# Amnesia



## vamsi_krishna (Nov 12, 2010)

I Played Amnesia minutes ago. I am 1 hour into the game. And, Holy Cow, this game officially scared me to death. I was jumping out of my chair(out of fear) uncountable times. I followed the developer's advice to play it on night and with lights off, and To use headphones instead of speakers. 

You belong to the same league?


----------



## ico (Nov 12, 2010)

No, I don't.


----------



## vamsi_krishna (Nov 12, 2010)

Just play the game. And tell me that you don't.


----------



## saddy (Nov 17, 2010)

vamsi_krishna said:


> I Played Amnesia minutes ago. I am 1 hour into the game. And, Holy Cow, this game officially scared me to death. I was jumping out of my chair(out of fear) uncountable times. I followed the developer's advice to play it on night and with lights off, and To use headphones instead of speakers.
> 
> You belong to the same league?



yeah i m from from the same league... i have played amnesia for only 5 hrs i really did not know in wat chapter or act i was in but  by god its one of horrifying game i have played in years.plus ur character does not even a weapon .any bump in dark sends chills down the spine.i also did the same thing the developers had advised in manual .Turn off light and put the headphones and turn up the volume .U will then know wat fear is by plying this game .


----------



## topgear (Nov 18, 2010)

I played it upto the part where you have go into some underground room and the floor is filled water and you have to carefully look at the footsteps on the water to save ourself.


----------



## Piyush (Nov 18, 2010)

i belong too this league.......

and u know what ....to continue play this game i have to edit the game config file to max my lamp oil and reduce damage of any sorts...
but i couldnt able to handle sanity feature in that file

it is really one HELL of a game

@ico
just try this game once bro
and u'll literally feel the fear


----------



## Zangetsu (Nov 18, 2010)

@ALL: the way u r comments r like this game beats all scary games to bin......


----------



## vamsi_krishna (Nov 18, 2010)

^ Play the game before commenting.  I still got the creeps going inside me.


----------



## Zangetsu (Nov 18, 2010)

vamsi_krishna said:


> ^ Play the game before commenting.  I still got the creeps going inside me.

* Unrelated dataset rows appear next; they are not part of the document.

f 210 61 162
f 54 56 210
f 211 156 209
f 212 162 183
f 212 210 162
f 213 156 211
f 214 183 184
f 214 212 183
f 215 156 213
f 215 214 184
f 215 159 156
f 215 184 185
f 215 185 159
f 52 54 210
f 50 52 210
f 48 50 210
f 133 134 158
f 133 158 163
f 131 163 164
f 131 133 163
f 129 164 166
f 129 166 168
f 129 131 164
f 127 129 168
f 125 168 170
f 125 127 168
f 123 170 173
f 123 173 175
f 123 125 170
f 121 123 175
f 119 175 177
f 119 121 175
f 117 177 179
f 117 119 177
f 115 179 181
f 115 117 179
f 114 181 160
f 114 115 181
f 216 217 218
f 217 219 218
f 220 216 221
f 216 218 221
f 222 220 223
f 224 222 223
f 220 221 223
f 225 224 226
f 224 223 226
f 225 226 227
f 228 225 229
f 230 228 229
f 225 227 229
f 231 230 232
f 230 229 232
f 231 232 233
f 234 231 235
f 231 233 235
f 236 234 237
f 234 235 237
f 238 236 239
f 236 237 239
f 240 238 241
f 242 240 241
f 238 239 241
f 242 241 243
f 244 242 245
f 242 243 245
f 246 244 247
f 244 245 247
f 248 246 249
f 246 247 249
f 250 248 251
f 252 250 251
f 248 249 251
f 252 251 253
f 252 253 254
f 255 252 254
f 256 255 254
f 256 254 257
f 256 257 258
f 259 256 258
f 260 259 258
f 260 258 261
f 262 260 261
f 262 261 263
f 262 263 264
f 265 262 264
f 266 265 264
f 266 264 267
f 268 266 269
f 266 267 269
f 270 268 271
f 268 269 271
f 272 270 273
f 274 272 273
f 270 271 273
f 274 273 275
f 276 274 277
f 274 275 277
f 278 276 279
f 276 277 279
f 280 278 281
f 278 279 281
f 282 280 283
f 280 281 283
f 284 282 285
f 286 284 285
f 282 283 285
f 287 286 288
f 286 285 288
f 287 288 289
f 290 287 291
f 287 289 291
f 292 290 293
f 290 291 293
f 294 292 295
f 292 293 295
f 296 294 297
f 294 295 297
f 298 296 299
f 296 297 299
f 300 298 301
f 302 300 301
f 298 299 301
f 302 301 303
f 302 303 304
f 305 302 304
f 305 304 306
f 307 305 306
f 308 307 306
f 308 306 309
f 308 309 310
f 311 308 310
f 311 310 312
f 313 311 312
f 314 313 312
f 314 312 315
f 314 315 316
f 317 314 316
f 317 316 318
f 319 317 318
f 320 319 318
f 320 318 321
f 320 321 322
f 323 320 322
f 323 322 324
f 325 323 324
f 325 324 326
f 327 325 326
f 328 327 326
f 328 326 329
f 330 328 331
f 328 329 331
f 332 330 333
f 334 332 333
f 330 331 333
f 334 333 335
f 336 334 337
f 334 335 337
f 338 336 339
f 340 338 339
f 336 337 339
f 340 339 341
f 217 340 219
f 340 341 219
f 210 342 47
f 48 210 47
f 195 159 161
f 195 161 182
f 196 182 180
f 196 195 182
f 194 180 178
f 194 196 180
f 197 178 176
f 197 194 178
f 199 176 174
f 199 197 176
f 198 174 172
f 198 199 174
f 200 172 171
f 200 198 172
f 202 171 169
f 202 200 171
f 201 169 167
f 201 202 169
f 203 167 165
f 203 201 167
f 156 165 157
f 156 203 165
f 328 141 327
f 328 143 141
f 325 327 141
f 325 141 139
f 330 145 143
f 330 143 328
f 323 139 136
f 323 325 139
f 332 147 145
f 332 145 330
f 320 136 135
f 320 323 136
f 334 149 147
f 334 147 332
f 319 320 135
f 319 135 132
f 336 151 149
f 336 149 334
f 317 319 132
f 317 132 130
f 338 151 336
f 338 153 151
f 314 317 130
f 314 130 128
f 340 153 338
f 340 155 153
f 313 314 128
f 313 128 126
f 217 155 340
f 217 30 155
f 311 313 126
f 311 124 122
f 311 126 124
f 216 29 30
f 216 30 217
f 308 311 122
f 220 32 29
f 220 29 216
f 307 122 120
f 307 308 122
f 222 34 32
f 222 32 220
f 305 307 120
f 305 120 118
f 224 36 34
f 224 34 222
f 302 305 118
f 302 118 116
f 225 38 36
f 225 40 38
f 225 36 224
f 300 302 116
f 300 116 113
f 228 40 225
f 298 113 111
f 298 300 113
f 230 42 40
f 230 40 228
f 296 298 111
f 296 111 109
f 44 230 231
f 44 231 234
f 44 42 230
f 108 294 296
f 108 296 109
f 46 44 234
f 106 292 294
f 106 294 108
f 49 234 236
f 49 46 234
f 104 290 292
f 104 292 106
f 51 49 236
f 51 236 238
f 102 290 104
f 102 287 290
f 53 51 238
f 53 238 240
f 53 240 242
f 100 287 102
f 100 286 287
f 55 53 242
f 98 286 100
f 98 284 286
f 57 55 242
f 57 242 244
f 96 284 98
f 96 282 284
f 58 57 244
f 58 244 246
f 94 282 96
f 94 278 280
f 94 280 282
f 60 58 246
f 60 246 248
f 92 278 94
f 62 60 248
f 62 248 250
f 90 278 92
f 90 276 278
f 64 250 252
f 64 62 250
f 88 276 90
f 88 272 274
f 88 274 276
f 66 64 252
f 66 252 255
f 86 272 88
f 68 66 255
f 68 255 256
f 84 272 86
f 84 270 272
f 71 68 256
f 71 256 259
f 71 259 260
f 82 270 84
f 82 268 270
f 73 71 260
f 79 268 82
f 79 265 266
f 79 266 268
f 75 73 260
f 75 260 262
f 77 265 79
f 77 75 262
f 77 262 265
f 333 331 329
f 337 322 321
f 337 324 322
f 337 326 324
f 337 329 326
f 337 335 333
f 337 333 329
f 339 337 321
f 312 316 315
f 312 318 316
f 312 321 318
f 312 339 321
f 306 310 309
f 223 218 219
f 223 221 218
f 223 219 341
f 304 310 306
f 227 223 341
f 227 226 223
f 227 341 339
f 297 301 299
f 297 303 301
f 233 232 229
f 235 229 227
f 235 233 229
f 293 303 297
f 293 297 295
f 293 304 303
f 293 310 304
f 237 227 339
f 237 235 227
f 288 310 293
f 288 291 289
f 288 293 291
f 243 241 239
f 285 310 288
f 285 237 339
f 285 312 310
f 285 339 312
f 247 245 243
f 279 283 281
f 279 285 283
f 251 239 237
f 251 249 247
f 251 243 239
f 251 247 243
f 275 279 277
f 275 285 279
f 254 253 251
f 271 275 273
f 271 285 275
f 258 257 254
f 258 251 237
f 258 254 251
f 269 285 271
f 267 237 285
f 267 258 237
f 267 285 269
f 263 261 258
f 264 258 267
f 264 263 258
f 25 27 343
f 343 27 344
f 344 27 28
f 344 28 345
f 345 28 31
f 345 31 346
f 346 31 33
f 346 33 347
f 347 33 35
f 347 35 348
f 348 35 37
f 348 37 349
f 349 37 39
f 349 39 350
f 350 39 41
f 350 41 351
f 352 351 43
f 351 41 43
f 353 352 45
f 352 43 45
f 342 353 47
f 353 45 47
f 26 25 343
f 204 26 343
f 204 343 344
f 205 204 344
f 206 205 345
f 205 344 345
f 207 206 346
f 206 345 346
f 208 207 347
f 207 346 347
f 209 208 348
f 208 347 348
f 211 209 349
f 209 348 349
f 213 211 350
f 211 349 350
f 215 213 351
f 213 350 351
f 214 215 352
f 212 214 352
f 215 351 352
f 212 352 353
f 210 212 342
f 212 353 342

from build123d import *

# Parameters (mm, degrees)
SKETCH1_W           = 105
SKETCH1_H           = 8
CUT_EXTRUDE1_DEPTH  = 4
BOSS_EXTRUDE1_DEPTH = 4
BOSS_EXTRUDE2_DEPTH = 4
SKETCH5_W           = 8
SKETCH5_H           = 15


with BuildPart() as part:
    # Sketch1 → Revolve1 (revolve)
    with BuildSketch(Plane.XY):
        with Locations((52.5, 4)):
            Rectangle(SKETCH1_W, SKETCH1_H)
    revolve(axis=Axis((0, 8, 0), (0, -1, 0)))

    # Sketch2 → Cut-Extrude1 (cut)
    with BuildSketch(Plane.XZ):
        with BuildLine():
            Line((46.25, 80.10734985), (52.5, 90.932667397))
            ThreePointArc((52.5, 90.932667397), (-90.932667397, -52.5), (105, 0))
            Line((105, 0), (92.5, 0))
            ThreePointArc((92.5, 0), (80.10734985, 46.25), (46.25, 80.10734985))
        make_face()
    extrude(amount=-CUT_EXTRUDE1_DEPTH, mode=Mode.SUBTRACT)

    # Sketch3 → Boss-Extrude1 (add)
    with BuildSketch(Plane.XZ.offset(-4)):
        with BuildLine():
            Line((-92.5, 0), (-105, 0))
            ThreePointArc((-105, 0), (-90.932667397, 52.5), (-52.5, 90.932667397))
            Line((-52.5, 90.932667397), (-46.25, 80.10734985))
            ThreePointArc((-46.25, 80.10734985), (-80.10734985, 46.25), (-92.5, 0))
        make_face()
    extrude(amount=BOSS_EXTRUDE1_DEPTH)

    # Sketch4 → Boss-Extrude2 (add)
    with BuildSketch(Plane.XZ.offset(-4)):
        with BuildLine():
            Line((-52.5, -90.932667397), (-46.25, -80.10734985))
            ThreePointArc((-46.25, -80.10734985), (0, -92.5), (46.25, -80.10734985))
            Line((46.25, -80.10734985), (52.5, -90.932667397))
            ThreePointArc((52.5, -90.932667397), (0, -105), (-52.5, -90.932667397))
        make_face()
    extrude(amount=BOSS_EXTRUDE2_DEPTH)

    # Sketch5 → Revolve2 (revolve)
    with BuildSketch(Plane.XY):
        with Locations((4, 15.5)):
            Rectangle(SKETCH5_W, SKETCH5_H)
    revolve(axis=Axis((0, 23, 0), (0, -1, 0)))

sure will try...if u all insists 2 be dat scary....


----------



## vamsi_krishna (Nov 18, 2010)

Just play the game when you are alone in the room, lights off, and if possible with headphones. It will chop your "Dare" glands.


----------



## Piyush (Nov 18, 2010)

KaranTh85 said:


> sure will try...if u all insists 2 be dat scary....



hehehehe.....
one more kid to fall in the depth of fear and darkness


----------



## topgear (Nov 19, 2010)

^^ and the power of light will save him as always


----------



## Piyush (Nov 19, 2010)

^^
i cursed him that he'll have a hole in the lantern so that he cant carry any oil
and it will always be raining inside the castle so that his tinderboxes are of no use

only light from the window can save him now

muuaahahahah....


----------



## Zangetsu (Nov 19, 2010)

Btw...whats the objective of the game "to only survive for long".....?


----------



## Faun (Nov 19, 2010)

Run and hide, rinse and repeat. What is the story ?


----------



## vamsi_krishna (Nov 19, 2010)

here are hints.. figure it out.

person with amnesia-wakes up-unknown villa- hunting shadows-note reads to kill a person.


----------



## SunnyChahal (Nov 23, 2010)

Watched a couple of videos last night and the developer video. I like the concept of no cut-scenes and the entire story in the real game itself. Picked it up. Will start today. With all the light thingy, this game seems like Alan Wake, just a hundred times scarier.


----------



## v.Na5h (Aug 16, 2011)

Finally mustered some courage to continue the game....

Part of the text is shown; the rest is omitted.